Report all lines from the entries below in which "ThreePointArc" appears.

(Data entries)

____

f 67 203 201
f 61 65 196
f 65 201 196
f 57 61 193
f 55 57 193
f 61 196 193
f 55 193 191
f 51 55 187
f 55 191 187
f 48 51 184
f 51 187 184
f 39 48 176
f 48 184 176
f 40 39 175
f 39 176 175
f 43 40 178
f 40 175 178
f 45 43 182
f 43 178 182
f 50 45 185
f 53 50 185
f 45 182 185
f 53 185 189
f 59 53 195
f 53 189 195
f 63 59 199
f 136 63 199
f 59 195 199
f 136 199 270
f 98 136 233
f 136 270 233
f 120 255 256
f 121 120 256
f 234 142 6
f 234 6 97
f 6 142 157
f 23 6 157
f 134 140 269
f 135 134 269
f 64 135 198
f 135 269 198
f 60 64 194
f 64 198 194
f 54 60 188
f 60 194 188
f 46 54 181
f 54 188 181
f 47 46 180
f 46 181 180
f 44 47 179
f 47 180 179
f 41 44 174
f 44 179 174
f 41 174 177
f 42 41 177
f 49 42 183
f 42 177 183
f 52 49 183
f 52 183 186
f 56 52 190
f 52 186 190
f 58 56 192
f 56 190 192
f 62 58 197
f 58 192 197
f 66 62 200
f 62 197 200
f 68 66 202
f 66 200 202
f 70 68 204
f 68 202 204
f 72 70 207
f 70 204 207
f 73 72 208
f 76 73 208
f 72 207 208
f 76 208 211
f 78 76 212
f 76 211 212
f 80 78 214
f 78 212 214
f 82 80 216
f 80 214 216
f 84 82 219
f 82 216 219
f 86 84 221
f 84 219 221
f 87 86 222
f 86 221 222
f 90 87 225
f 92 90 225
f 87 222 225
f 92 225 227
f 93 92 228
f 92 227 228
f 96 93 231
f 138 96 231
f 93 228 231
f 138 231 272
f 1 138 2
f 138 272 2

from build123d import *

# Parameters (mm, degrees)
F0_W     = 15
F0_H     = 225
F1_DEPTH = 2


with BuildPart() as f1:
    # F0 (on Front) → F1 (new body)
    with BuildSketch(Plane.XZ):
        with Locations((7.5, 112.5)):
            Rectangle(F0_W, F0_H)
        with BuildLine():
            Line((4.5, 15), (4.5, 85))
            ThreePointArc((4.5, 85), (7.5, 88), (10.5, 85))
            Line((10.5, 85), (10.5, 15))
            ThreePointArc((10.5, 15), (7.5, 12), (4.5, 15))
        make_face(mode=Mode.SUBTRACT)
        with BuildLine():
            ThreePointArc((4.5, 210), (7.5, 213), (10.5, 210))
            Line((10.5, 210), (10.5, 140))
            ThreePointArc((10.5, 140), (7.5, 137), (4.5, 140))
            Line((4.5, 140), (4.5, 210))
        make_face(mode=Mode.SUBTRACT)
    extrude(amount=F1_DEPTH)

____

*Result of the task:*
            ThreePointArc((4.5, 85), (7.5, 88), (10.5, 85))
            ThreePointArc((10.5, 15), (7.5, 12), (4.5, 15))
            ThreePointArc((4.5, 210), (7.5, 213), (10.5, 210))
            ThreePointArc((10.5, 140), (7.5, 137), (4.5, 140))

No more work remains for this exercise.